> _Exercise objective_: What lines of the data hold the string "DIRECTION"? Pull each one out.
Records supplied below:
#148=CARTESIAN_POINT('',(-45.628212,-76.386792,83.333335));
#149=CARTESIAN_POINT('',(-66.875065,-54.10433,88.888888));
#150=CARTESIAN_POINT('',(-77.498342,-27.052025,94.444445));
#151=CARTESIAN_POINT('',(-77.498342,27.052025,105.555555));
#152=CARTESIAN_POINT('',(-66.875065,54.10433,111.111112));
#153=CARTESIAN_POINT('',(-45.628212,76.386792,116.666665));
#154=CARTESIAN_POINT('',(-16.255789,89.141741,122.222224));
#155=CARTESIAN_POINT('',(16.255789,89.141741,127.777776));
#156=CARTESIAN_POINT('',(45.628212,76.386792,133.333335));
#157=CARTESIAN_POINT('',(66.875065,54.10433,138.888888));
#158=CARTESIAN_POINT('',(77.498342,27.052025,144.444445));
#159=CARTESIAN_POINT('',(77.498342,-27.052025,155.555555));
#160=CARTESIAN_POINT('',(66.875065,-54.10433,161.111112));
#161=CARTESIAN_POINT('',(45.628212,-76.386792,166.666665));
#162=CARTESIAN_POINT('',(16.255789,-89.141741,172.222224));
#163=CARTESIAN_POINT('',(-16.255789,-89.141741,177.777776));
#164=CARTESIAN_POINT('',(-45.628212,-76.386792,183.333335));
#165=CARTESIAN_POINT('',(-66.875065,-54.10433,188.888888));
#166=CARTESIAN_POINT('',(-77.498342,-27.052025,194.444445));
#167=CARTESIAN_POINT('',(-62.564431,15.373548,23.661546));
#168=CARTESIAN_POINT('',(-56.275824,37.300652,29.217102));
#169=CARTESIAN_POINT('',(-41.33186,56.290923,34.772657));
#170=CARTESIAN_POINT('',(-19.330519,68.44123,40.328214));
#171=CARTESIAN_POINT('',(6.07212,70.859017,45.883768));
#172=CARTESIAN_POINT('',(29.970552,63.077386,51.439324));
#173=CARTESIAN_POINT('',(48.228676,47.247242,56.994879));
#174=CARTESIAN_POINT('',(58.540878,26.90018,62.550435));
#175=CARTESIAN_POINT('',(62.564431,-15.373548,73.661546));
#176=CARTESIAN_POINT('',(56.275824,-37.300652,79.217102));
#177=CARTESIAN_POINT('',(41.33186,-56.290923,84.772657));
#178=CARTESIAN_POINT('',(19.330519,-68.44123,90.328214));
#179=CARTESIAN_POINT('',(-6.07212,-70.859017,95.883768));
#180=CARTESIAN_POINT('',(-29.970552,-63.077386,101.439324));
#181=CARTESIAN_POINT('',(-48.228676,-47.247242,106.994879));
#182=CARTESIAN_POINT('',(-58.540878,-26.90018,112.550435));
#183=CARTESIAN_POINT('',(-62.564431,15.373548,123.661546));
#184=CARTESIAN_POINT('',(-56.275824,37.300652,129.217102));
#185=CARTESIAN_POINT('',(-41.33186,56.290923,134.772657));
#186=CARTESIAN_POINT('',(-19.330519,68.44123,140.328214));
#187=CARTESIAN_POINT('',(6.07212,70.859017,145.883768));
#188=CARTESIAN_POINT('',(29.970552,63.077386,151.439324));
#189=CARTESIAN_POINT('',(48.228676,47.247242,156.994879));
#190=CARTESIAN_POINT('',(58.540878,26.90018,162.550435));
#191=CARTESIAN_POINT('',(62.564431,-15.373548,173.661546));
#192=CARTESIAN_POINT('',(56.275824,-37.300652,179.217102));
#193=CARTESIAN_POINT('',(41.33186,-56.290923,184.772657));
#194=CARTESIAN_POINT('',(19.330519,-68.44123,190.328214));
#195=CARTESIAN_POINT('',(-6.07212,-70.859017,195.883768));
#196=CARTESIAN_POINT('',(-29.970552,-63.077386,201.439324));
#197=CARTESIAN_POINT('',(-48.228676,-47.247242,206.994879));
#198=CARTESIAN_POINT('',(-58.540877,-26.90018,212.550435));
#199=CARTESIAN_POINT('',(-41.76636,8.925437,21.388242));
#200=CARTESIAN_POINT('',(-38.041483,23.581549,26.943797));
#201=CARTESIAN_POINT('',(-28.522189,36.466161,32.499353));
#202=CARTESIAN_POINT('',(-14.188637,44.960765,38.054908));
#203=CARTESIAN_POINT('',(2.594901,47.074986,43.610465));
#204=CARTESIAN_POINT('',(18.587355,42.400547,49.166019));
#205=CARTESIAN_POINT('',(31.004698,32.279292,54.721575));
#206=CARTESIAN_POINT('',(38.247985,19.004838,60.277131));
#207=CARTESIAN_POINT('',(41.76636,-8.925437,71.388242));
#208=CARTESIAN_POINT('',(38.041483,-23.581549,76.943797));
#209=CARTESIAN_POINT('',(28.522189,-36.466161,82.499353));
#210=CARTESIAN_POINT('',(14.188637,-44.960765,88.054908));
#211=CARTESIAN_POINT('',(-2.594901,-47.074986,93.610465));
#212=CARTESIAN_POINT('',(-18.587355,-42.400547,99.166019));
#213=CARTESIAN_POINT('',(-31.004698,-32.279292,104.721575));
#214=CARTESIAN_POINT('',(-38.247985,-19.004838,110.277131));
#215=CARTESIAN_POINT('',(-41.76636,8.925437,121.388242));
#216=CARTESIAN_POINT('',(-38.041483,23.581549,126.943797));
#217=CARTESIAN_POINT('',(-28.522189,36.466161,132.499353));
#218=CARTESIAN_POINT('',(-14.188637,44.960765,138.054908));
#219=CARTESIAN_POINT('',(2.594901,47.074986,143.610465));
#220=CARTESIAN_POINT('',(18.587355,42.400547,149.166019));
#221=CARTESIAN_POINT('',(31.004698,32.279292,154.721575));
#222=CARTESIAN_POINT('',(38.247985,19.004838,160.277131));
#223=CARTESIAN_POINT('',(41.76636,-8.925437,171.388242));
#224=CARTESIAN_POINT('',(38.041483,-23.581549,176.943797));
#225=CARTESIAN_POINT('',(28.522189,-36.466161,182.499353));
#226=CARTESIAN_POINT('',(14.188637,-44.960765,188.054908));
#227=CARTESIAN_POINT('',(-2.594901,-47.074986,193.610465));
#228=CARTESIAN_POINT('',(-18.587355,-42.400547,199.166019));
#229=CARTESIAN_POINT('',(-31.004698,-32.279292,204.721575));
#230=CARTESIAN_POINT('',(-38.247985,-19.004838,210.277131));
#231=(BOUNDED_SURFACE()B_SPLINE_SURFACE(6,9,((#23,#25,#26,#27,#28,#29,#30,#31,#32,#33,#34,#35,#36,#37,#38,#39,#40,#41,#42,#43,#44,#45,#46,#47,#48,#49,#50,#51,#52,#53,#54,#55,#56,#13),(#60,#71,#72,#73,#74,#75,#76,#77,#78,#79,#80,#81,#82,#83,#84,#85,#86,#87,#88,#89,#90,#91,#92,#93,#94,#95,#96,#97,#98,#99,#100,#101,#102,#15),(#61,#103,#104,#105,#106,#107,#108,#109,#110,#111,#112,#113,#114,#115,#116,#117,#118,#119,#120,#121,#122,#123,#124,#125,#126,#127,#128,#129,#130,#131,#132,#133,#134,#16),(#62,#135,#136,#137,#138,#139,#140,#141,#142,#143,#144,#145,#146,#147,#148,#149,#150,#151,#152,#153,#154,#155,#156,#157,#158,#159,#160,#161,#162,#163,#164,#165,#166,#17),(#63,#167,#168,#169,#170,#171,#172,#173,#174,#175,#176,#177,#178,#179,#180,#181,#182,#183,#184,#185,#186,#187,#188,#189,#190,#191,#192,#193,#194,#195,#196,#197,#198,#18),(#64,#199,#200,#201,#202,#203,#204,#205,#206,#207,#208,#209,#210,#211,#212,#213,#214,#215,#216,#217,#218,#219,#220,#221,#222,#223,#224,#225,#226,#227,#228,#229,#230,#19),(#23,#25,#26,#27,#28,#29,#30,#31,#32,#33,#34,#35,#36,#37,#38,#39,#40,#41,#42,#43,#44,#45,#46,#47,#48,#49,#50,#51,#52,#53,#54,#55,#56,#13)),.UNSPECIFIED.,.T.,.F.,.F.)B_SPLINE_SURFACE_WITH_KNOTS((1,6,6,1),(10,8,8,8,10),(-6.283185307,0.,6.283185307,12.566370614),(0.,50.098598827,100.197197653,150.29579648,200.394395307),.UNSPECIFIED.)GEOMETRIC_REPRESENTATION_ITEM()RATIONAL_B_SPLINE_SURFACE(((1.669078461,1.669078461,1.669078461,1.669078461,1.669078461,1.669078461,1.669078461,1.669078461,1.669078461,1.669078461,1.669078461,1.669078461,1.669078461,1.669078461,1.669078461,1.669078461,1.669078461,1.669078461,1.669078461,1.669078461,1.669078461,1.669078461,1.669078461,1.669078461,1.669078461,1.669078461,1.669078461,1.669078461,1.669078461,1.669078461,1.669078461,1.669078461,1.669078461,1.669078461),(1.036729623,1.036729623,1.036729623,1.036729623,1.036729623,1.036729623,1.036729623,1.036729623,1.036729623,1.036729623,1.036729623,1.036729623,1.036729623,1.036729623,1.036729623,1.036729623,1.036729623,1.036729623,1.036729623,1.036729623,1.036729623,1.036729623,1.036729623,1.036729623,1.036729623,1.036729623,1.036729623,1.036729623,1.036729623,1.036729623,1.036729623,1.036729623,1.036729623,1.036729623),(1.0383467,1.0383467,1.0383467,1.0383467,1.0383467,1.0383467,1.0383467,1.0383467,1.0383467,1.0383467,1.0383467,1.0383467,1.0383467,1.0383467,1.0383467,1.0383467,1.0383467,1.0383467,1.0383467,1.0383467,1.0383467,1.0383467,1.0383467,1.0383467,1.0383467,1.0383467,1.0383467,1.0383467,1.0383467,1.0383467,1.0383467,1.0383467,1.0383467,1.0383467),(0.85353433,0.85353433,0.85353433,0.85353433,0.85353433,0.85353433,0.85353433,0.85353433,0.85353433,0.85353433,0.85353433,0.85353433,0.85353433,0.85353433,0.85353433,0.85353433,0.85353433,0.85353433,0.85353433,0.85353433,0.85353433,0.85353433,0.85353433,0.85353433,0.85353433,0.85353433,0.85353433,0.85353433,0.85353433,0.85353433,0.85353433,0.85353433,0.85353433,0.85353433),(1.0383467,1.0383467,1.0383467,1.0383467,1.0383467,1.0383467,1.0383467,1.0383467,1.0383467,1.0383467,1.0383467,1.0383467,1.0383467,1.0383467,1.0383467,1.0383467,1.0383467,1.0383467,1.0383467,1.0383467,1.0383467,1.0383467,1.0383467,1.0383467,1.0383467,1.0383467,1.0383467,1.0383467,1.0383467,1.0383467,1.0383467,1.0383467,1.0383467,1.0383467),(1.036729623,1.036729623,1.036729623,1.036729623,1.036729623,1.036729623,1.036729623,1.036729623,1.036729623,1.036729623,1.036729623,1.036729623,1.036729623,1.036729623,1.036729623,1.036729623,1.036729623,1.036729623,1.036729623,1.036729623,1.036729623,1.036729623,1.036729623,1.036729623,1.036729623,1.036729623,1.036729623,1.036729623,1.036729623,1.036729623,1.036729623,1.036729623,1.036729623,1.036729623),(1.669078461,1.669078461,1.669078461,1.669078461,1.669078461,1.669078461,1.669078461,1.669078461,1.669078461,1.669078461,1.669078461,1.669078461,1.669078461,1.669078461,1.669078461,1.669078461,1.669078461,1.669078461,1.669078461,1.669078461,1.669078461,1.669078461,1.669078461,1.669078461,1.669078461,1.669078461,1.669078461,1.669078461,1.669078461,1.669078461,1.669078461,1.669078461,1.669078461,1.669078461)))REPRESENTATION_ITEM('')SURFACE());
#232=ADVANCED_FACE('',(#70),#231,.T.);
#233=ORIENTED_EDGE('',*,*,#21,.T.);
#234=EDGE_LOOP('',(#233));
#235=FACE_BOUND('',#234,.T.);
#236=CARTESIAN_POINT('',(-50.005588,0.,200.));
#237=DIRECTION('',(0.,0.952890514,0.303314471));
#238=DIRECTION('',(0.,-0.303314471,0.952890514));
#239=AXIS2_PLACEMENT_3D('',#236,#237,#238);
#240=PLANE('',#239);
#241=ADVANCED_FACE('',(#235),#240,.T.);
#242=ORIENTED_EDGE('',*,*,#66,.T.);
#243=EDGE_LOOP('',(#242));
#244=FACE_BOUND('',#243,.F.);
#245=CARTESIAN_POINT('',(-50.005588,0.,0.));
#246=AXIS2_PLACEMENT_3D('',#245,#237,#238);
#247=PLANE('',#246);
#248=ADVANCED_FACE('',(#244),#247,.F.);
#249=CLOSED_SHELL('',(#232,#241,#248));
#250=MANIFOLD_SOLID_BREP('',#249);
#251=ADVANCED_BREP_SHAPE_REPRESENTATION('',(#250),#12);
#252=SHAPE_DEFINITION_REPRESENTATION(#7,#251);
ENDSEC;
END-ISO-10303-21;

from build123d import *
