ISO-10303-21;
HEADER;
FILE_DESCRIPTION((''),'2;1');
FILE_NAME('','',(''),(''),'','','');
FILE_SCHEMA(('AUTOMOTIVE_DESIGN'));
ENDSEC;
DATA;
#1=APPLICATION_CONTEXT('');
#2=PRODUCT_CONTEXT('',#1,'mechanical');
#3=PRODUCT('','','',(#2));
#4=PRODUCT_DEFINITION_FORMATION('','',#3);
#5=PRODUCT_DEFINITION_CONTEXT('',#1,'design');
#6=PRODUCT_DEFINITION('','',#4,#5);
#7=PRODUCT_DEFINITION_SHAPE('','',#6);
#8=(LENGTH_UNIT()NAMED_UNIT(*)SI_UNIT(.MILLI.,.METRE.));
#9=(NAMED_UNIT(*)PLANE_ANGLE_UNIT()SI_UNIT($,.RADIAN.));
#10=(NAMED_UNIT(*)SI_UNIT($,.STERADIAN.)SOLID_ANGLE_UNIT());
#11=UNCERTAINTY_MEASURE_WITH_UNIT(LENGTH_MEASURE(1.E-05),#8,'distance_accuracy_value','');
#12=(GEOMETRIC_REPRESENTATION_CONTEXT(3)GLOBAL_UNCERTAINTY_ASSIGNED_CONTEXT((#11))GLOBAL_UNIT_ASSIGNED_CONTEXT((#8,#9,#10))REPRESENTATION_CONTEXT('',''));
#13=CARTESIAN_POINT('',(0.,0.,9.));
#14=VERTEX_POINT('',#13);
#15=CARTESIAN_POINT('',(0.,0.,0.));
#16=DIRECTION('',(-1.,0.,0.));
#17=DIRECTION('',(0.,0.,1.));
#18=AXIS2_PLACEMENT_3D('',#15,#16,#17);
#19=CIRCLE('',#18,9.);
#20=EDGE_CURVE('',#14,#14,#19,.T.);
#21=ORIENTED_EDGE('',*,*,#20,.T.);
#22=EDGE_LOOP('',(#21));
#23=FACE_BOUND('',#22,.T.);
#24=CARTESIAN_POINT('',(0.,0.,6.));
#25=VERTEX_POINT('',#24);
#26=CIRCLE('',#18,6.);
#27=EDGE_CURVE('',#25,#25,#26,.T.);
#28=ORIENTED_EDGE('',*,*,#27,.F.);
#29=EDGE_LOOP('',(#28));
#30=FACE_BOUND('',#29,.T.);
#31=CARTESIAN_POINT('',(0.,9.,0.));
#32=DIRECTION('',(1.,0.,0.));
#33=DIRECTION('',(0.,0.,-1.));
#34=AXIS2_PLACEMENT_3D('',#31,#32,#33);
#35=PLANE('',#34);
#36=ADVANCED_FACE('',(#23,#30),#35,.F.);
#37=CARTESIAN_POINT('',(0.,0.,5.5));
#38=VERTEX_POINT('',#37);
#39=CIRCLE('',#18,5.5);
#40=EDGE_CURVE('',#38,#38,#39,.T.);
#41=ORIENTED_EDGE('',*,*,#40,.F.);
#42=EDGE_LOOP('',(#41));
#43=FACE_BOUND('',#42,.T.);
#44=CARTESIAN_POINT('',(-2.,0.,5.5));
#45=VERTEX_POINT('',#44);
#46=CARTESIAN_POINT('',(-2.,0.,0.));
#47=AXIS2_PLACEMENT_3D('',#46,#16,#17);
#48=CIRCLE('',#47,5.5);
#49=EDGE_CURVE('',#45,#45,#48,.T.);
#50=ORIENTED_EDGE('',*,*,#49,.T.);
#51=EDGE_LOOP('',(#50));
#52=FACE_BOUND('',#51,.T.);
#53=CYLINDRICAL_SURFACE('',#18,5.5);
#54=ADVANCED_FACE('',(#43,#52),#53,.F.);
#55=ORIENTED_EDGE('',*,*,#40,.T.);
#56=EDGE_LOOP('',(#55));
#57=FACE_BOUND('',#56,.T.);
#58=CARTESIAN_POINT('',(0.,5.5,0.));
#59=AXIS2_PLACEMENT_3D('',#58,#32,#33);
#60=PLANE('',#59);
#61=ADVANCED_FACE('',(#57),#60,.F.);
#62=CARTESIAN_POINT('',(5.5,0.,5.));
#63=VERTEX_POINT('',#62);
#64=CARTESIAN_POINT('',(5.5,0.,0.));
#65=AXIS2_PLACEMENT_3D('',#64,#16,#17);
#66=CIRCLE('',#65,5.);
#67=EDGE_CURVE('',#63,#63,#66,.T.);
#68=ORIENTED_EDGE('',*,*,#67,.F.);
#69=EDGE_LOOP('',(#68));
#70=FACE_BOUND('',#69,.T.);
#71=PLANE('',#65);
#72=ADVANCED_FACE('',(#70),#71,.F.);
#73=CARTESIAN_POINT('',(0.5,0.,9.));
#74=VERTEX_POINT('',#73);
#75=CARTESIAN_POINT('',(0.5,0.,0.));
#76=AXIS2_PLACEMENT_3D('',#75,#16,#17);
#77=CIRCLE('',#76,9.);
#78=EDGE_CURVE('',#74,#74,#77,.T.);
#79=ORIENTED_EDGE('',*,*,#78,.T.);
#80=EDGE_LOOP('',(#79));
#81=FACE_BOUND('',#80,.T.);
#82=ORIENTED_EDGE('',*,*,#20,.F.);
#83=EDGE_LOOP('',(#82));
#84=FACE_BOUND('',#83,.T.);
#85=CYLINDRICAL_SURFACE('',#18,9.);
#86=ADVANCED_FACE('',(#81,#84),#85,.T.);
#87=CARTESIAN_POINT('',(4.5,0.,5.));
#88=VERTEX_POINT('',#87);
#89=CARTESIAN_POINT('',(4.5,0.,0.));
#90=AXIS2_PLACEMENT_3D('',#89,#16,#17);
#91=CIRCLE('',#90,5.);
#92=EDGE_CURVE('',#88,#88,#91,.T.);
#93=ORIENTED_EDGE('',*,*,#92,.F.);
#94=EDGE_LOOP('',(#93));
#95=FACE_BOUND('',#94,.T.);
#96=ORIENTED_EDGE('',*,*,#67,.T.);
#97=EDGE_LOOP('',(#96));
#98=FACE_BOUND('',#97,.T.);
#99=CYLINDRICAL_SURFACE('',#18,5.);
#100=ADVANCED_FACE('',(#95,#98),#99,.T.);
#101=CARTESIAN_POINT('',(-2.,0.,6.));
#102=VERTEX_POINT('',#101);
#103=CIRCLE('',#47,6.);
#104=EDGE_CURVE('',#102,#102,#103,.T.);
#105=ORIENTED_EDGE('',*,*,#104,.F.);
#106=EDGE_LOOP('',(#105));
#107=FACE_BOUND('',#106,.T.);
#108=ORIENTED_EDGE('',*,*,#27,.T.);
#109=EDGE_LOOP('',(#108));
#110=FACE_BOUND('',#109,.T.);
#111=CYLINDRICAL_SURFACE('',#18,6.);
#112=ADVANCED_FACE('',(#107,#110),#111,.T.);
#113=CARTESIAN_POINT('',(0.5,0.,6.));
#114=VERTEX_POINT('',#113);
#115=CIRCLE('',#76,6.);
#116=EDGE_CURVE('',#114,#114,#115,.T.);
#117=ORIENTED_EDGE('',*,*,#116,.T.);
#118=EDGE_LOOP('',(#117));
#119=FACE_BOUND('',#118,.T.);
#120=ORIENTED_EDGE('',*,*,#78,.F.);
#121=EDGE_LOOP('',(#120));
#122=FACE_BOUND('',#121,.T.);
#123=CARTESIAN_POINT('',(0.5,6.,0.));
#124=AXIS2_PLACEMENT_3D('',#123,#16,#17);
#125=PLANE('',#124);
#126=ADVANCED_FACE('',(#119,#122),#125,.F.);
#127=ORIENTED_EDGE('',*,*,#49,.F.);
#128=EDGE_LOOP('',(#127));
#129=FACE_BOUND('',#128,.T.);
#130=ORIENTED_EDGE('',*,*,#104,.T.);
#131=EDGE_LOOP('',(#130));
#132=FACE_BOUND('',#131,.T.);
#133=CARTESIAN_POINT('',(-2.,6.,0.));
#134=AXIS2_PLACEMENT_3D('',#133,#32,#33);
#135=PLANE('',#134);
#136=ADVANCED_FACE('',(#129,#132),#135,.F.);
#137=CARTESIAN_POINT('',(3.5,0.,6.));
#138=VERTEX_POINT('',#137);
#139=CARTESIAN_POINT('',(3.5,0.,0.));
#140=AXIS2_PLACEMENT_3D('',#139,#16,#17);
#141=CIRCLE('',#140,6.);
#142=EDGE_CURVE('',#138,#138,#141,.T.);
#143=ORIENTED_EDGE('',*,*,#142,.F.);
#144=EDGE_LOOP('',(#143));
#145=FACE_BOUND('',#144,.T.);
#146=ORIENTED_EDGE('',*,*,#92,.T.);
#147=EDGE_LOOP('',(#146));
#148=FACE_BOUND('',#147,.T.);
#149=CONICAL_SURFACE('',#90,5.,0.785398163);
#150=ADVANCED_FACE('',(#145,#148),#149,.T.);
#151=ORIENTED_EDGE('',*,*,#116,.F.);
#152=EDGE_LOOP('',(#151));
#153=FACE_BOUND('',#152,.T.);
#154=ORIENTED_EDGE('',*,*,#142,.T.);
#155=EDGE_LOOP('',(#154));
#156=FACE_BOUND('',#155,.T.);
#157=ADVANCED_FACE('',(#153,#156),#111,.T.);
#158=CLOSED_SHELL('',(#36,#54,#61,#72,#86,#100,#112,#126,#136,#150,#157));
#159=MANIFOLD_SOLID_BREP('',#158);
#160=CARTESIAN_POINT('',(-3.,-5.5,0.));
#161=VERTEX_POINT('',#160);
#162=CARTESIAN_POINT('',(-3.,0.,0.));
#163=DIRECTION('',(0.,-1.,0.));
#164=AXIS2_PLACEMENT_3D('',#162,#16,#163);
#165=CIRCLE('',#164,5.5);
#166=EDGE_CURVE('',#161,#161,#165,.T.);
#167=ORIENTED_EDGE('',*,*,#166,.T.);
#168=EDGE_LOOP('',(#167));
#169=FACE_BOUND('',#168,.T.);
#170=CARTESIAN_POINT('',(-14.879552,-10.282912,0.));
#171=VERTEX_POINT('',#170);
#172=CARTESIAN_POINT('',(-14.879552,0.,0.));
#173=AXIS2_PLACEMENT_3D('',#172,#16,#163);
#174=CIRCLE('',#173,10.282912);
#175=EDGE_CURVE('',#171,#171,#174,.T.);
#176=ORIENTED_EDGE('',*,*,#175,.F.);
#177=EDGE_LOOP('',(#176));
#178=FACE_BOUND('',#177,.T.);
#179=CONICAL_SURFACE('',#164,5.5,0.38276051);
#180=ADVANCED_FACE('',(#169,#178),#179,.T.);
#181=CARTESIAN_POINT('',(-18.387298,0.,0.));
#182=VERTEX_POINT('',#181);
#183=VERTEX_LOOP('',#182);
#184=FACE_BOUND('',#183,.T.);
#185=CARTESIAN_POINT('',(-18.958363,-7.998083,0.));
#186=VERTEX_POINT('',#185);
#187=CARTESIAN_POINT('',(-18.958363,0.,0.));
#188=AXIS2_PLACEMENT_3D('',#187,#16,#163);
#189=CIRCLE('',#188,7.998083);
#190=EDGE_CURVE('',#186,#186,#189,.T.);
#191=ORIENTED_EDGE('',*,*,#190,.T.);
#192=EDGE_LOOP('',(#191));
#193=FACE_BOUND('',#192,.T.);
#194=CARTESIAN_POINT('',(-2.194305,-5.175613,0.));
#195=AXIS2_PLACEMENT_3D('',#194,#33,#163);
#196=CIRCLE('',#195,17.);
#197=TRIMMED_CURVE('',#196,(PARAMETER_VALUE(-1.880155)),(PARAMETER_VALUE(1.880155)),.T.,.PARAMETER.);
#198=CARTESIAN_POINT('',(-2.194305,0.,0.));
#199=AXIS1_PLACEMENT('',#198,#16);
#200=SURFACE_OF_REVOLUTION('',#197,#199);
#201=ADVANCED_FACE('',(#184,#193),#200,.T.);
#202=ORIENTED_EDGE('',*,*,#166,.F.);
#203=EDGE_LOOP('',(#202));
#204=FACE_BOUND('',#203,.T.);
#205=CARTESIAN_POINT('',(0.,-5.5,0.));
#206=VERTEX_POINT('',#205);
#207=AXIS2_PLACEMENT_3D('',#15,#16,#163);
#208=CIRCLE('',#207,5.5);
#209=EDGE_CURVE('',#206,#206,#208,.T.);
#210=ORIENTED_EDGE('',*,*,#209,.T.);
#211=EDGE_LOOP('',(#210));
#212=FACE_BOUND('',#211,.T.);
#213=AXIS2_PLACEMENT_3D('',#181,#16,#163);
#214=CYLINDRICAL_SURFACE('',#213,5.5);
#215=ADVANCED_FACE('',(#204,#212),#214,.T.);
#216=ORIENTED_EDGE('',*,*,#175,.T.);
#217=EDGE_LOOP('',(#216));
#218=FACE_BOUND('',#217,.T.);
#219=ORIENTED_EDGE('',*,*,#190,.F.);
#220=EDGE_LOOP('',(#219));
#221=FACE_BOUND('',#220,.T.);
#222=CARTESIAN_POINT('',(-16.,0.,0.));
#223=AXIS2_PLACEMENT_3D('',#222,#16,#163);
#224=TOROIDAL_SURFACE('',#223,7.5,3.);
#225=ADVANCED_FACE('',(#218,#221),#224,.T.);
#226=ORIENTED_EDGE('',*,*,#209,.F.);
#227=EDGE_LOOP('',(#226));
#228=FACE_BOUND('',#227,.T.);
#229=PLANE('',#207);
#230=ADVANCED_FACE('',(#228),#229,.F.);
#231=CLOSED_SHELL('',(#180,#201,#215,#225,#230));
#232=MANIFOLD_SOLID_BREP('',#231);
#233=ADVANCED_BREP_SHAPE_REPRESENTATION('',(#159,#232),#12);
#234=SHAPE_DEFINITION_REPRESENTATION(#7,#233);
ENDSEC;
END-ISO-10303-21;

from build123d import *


with BuildPart() as part:
    # Szkic1 → Obrót1 (revolve)
    with BuildSketch(Plane.XY, mode=Mode.PRIVATE) as obr_t1_sk:
        Polygon((0, 0), (5.5, 0), (5.5, 5), (4.5, 5), (3.5, 6), (0.5, 6), (0.5, 9), (0, 9), (0, 6), (-2, 6), (-2, 5.5), (0, 5.5), align=None)
    revolve(obr_t1_sk.sketch.rotate(Axis((0, 0, 0), (1, 0, 0)), 90), axis=Axis((0, 0, 0), (1, 0, 0)))


with BuildPart() as body_2:
    # Szkic2 → Obrót2 (revolve)
    with BuildSketch(Plane.XY, mode=Mode.PRIVATE) as obr_t2_sk:
        with BuildLine():
            Line((0, 0), (0, 5.5))
            Line((0, 5.5), (-3, 5.5))
            Line((-3, 5.5), (-14.879552076, 10.282911506))
            ThreePointArc((-14.879552076, 10.282911506), (-17.466149273, 10.117328086), (-18.958363304, 7.998082886))
            ThreePointArc((-18.958363304, 7.998082886), (-19.151136536, 3.964890249), (-18.387297757, 0))
            Line((-18.387297757, 0), (0, 0))
        make_face()
    revolve(obr_t2_sk.sketch.rotate(Axis((-18.387297757, 0, 0), (1, 0, 0)), 180), axis=Axis((-18.387297757, 0, 0), (1, 0, 0)))


solid = Compound([part.part, body_2.part])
End of Records supplied.
> _Answer below_:
#237=DIRECTION('',(0.,0.952890514,0.303314471));
#238=DIRECTION('',(0.,-0.303314471,0.952890514));
#16=DIRECTION('',(-1.,0.,0.));
#17=DIRECTION('',(0.,0.,1.));
#32=DIRECTION('',(1.,0.,0.));
#33=DIRECTION('',(0.,0.,-1.));
#163=DIRECTION('',(0.,-1.,0.));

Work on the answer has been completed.